Does this answer your question???
http://www.le.utah.gov/UtahCode/getCode ... e=23-13-17


----------



## reb8600 (Sep 8, 2007)

There are only a couple of counties in Utah that will let you spotlight or hunt at night. Check with the county sheriff. I spent a lot of time researching this and contacting the different counties.


----------



## hunter_orange13 (Oct 11, 2008)

lunkerhunter2 said:


> hunter_orange13 said:
> 
> 
> > if i'm not mistaken, you legally can... but am i right? any1 got any proof? sorry if its in the proclamation, i read the small game twice!
> ...


it says in the 2nd ish line from the bottom that it doesn't apply to a person saving his crop or llivestock. 
its on a farm, i don't own it, but we are helping the guy out, he has a ton! would that count?


----------



## Kevin D (Sep 15, 2007)

hunter_orange13 said:


> it says in the 2nd ish line from the bottom that it doesn't apply to a person saving his crop or llivestock.
> its on a farm, i don't own it, but we are helping the guy out, he has a ton! would that count?


The Utah cougar proclamation defines more clearly what it means to be an agent of the landowner in cases of depredation.
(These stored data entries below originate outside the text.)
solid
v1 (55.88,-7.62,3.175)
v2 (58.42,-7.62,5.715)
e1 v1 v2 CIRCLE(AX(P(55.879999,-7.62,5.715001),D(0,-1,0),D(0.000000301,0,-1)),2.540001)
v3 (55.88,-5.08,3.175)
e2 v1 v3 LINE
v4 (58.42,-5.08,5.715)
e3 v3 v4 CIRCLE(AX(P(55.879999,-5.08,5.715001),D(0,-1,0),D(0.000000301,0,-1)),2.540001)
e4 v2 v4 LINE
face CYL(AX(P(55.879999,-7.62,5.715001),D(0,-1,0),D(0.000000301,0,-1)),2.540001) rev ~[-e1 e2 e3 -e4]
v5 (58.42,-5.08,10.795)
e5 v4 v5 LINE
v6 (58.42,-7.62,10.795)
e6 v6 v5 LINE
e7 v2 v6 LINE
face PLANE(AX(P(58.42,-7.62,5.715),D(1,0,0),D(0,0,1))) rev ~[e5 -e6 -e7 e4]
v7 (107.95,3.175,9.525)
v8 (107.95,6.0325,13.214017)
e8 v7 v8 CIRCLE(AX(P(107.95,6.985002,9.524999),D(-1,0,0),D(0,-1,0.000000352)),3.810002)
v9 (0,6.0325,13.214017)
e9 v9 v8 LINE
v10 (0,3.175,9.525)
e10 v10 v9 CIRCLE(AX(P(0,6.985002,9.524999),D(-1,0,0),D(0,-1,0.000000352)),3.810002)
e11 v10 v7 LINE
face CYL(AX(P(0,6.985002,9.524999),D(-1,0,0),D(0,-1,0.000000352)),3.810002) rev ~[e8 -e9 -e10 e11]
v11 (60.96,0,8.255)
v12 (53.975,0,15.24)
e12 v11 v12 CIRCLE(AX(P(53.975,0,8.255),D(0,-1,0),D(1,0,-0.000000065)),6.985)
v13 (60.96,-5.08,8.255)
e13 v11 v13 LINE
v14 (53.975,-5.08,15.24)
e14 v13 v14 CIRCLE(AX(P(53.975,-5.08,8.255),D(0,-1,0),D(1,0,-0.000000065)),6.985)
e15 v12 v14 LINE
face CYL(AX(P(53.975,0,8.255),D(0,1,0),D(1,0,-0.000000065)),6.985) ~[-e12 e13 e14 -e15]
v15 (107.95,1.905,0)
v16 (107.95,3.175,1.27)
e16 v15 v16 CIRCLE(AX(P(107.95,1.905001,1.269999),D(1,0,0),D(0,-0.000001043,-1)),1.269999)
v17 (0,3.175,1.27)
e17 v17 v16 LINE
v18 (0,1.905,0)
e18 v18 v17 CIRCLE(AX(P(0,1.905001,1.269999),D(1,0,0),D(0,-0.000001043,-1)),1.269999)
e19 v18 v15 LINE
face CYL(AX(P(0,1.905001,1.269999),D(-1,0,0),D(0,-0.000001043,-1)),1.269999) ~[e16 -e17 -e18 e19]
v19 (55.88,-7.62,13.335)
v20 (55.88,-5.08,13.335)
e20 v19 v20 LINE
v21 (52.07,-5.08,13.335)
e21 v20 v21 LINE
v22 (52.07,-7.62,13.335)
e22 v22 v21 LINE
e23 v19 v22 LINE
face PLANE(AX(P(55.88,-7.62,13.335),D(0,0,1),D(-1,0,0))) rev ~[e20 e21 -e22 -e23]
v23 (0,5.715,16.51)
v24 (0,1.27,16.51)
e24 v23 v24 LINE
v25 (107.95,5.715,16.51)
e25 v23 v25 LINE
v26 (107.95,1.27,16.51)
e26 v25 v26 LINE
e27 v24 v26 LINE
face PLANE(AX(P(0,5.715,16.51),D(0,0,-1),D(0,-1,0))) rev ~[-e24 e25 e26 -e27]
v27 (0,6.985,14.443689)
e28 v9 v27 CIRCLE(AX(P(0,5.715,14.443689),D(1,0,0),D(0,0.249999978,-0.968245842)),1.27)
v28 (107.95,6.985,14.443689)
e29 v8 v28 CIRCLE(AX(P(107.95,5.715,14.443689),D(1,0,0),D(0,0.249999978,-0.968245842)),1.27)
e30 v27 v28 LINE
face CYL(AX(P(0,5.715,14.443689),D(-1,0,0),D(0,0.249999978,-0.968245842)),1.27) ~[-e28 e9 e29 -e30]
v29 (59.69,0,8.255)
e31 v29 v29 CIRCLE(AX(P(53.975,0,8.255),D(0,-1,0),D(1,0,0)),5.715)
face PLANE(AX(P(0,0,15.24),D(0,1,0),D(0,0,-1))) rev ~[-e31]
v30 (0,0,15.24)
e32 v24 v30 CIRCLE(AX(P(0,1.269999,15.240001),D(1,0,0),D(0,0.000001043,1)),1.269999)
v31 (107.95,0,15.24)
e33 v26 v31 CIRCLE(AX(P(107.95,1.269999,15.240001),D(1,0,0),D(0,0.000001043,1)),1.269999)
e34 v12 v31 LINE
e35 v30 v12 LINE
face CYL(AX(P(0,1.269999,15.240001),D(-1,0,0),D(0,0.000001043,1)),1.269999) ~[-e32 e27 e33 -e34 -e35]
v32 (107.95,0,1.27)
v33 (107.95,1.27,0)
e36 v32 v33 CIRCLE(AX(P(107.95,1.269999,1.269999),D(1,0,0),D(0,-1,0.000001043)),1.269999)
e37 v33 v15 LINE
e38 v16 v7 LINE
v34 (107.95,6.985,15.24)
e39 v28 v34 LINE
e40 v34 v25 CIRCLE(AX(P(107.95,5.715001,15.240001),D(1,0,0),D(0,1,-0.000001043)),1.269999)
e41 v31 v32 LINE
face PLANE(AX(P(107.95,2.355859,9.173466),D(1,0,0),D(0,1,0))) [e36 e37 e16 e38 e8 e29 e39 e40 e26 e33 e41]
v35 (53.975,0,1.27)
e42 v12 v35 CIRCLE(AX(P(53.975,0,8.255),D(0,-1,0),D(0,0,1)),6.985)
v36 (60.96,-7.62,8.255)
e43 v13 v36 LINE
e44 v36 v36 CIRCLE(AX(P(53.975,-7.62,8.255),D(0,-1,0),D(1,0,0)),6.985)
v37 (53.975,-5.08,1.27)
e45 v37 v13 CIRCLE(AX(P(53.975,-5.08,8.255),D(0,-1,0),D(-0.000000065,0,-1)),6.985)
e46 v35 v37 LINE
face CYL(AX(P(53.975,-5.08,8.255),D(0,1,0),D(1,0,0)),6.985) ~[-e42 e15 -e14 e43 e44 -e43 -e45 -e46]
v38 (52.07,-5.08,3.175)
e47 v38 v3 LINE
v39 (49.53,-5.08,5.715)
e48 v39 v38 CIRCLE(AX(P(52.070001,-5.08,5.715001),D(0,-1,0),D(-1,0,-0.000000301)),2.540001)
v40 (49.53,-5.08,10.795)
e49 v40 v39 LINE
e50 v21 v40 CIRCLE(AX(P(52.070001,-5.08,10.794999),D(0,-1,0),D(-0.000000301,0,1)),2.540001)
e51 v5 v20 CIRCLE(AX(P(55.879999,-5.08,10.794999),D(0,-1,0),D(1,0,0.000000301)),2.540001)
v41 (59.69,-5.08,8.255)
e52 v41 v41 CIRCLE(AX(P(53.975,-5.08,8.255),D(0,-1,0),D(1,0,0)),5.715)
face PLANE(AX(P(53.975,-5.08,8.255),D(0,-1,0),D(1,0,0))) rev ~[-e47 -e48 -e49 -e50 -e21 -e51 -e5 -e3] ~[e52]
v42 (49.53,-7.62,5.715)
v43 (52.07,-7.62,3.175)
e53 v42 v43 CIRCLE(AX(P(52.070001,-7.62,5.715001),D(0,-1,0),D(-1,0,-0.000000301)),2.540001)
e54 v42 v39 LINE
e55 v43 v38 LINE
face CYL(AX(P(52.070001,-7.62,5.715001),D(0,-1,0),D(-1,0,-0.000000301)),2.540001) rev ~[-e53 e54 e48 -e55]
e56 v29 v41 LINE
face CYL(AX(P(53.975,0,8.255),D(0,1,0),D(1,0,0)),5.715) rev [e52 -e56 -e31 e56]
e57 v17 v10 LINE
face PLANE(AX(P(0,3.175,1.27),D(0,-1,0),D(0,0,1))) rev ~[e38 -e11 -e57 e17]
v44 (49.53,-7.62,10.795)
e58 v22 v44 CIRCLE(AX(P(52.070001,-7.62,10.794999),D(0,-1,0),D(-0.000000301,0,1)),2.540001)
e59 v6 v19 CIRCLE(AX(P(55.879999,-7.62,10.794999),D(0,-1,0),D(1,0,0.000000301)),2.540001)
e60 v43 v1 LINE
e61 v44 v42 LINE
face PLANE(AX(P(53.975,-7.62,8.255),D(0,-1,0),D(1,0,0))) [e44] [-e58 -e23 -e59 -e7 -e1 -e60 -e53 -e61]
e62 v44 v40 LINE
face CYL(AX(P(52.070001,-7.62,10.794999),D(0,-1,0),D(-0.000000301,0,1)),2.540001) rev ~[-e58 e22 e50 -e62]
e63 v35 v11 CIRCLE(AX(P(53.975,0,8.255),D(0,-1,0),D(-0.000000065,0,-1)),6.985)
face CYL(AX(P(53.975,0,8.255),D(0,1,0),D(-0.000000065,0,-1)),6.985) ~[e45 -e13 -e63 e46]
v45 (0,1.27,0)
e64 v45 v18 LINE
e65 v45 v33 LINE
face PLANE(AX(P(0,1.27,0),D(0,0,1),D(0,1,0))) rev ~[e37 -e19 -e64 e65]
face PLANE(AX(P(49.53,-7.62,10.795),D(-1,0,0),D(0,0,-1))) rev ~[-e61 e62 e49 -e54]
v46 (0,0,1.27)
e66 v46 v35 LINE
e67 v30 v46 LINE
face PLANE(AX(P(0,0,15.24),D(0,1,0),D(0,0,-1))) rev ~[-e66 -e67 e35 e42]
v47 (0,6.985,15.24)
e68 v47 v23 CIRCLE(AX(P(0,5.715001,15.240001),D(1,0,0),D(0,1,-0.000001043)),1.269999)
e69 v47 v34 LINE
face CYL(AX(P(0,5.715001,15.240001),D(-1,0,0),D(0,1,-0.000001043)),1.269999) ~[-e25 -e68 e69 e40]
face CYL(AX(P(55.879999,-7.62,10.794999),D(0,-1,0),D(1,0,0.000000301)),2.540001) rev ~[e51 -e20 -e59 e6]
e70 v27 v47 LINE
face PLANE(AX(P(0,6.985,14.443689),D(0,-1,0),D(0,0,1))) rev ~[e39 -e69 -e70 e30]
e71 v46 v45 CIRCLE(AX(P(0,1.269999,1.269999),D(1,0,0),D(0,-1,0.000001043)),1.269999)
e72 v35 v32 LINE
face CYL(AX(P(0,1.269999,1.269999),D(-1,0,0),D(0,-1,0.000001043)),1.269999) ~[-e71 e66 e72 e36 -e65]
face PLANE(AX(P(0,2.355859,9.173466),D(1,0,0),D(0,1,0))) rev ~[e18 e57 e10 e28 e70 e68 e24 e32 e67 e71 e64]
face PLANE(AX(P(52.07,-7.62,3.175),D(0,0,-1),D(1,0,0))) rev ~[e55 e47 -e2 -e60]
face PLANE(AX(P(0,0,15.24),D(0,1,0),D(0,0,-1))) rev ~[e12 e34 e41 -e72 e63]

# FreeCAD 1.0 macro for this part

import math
import FreeCAD as App
import Part
import Sketcher

V = App.Vector
Q = App.Units.Quantity

doc = App.newDocument("Part")
params = doc.addObject("Spreadsheet::Sheet", "Params")
for row, (alias, value) in enumerate([
    ("sketch1_radius", "0.0499999 in"),
    ("sketch1_radius2", "0.1500001 in"),
    ("sketch1_height", "0.55 in"),
    ("sketch1_width", "0.025 in"),
    ("sketch1_height2", "0.325 in"),
    ("pad1_length", "4.25 in"),
    ("sketch2_diameter", "0.45 in"),
    ("sketch2_radius", "0.275 in"),
    ("pad2_length", "0.2 in"),
    ("sketch3_diameter", "0.55 in"),
    ("pad3_length", "0.1 in"),
    ("sketch4_radius", "0.1 in"),
    ("sketch4_height", "0.2 in"),
    ("sketch4_width", "0.15 in"),
    ("pocket1_length", "0.2 in"),
], start=1):
    params.set(f"A{row}", alias)
    params.set(f"B{row}", "=" + value)
    params.setAlias(f"B{row}", alias)

body = doc.addObject("PartDesign::Body", "Body")

sketch1 = doc.addObject("Sketcher::SketchObject", "Sketch")
body.addObject(sketch1)
sketch1.AttachmentSupport = (doc.YZ_Plane, [""])
sketch1.MapMode = "FlatFace"
sketch1.addGeometry(Part.ArcOfCircle(Part.Circle(V(1.3, 1.3, 0), V(0, 0, 1), 1.3), math.radians(180), math.radians(270)), False)
sketch1.addGeometry(Part.LineSegment(V(1.3, 0, 0), V(1.9, 0, 0)), False)
sketch1.addGeometry(Part.ArcOfCircle(Part.Circle(V(1.9, 1.3, 0), V(0, 0, 1), 1.3), math.radians(-90), math.radians(0)), False)
sketch1.addGeometry(Part.LineSegment(V(3.2, 1.3, 0), V(3.2, 9.5, 0)), False)
sketch1.addGeometry(Part.ArcOfCircle(Part.Circle(V(7, 9.5, 0), V(0, 0, 1), 3.8), math.radians(104), math.radians(180)), False)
I would assume the same standard would apply to depredating racoons. Check out page 20 of the 2009 Utah cougar proclamation under the sub section "livestock depredation." Basically you have to be on the land/livestock owners payroll to qualify.

That being said, I doubt a wildlife enforcement officer would cite you for hunting ***** after dark as long as you had written permission from the landowner and were being safe.


----------



## Snipe (Dec 4, 2008)

Furbearer proc Says this


> (4) Taking furbearers by means other than trapping
> is restricted to one-half hour before sunrise to onehalf
> hour after sunset, except
> (a) as provided in 23-13-17; and
> ...


23-13-17 says this 


> (7) The requirement that a county ordinance must be enacted before a person may use spotlighting to hunt coyote, red fox, striped skunk, or raccoon does not apply to:
> 
> (a) a person or his agent who is lawfully acting to protect his crops or domestic animals from predation by those animals


The way i read it,
Unless you are in a county that allows spotlighting, and have the appropriate permissions, or are the agent of the land owner or are shooting them in your traps then no you cannot hunt ***** at night.
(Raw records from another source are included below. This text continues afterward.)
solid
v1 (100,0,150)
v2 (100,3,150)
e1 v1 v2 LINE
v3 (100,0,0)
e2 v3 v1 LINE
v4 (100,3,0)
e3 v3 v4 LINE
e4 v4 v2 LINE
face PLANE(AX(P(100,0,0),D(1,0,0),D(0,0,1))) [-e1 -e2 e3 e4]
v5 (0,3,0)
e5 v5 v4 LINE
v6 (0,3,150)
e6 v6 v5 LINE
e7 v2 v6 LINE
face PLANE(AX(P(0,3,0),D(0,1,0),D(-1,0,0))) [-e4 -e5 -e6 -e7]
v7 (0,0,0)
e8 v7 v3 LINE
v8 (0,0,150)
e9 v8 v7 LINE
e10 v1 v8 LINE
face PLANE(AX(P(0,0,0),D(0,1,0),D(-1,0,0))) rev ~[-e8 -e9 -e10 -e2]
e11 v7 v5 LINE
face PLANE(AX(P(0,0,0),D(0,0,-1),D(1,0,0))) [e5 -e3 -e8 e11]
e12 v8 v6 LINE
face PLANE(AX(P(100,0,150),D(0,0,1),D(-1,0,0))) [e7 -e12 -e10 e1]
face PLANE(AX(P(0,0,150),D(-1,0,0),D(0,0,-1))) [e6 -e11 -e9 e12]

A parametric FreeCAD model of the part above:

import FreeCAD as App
import Part
import Sketcher
Q = App.Units.Quantity

doc = App.newDocument("Part")
params = doc.addObject("Spreadsheet::Sheet", "Params")
for row, (alias, value) in enumerate([
    ("sketch1_width", "3.937 in"),
    ("pad1_length", "0.1181102 in"),
], start=1):
    params.set(f"A{row}", alias)
    params.set(f"B{row}", "=" + value)
    params.setAlias(f"B{row}", alias)

body = doc.addObject("PartDesign::Body", "Body")

# Sketch on XZ plane
sketch1 = body.newObject("Sketcher::SketchObject", "Sketch")
sketch1.AttachmentSupport = (doc.getObject("XZ_Plane"), [""])
sketch1.MapMode = "FlatFace"
sketch1.addGeometry(Part.LineSegment(App.Vector(100, 0, 0), App.Vector(0, 0, 0)), False)
sketch1.addGeometry(Part.LineSegment(App.Vector(0, 0, 0), App.Vector(0, 150, 0)), False)
sketch1.addGeometry(Part.LineSegment(App.Vector(0, 150, 0), App.Vector(100, 150, 0)), False)
sketch1.addGeometry(Part.LineSegment(App.Vector(100, 150, 0), App.Vector(100, 0, 0)), False)
sketch1.addConstraint(Sketcher.Constraint("Coincident", 0, 2, 1, 1))
sketch1.addConstraint(Sketcher.Constraint("Coincident", 1, 2, 2, 1))
sketch1.addConstraint(Sketcher.Constraint("Coincident", 2, 2, 3, 1))
sketch1.addConstraint(Sketcher.Constraint("Coincident", 3, 2, 0, 1))
sketch1.addConstraint(Sketcher.Constraint("Horizontal", 0))
sketch1.addConstraint(Sketcher.Constraint("Vertical", 1))
sketch1.addConstraint(Sketcher.Constraint("Horizontal", 2))
sketch1.addConstraint(Sketcher.Constraint("Vertical", 3))
sketch1.addConstraint(Sketcher.Constraint("Coincident", 0, 2, -1, 1))
sketch1.addConstraint(Sketcher.Constraint("DistanceX", 0, 2, 0, 1, Q("3.937 in")))
sketch1.addConstraint(Sketcher.Constraint("DistanceY", 1, 1, 1, 2, Q("5.9055 in")))
sketch1.setExpression("Constraints[9]", "Params.sketch1_width")
pad1 = body.newObject("PartDesign::Pad", "Pad")
pad1.Profile = sketch1
pad1.setExpression("Length", "Params.pad1_length")
pad1.Reversed = True

doc.recompute()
also raccoons are furbearers not small game


----------



## Huntoholic (Sep 17, 2008)

Not an expert, but this is what I found:

*R657-11-14. Spotlighting*.

(1) Except as provided in Subsection (3):

(a) a person may not use or cast the rays of any spotlight, headlight, or other artificial light to locate protected wildlife while having in possession a firearm or other weapon or device that could be used to take or injure protected wildlife; and

(b) the use of a spotlight or other artificial light in a field, woodland, or forest where protected wildlife are generally found is prima facie evidence of attempting to locate protected wildlife.

(2) The provisions of this section do not apply to:

(a) the use of the headlights of a motor vehicle or other artificial light in a usual manner where there is no attempt or intent to locate protected wildlife; or

(b) a person licensed to carry a concealed weapon in accordance with Title 53, Chapter 5, Part 7 of the Utah Code, provided the person is not utilizing the concealed weapon to hunt or take wildlife.

(3) *Spotlighting may be used to hunt coyote, red fox, striped skunk, or raccoon where allowed by a county ordinance enacted pursuant to Section 23-13-17*.

(4) *The ordinance shall provide that*:

(a) any artificial light used to spotlight coyote, red fox, striped skunk, or raccoon must be carried by the hunter;

(b) a motor vehicle headlight or light attached to or powered by a motor vehicle may not be used to spotlight the animal; and

(c) while hunting with the use of an artificial light, the hunter may not occupy or operate any motor vehicle.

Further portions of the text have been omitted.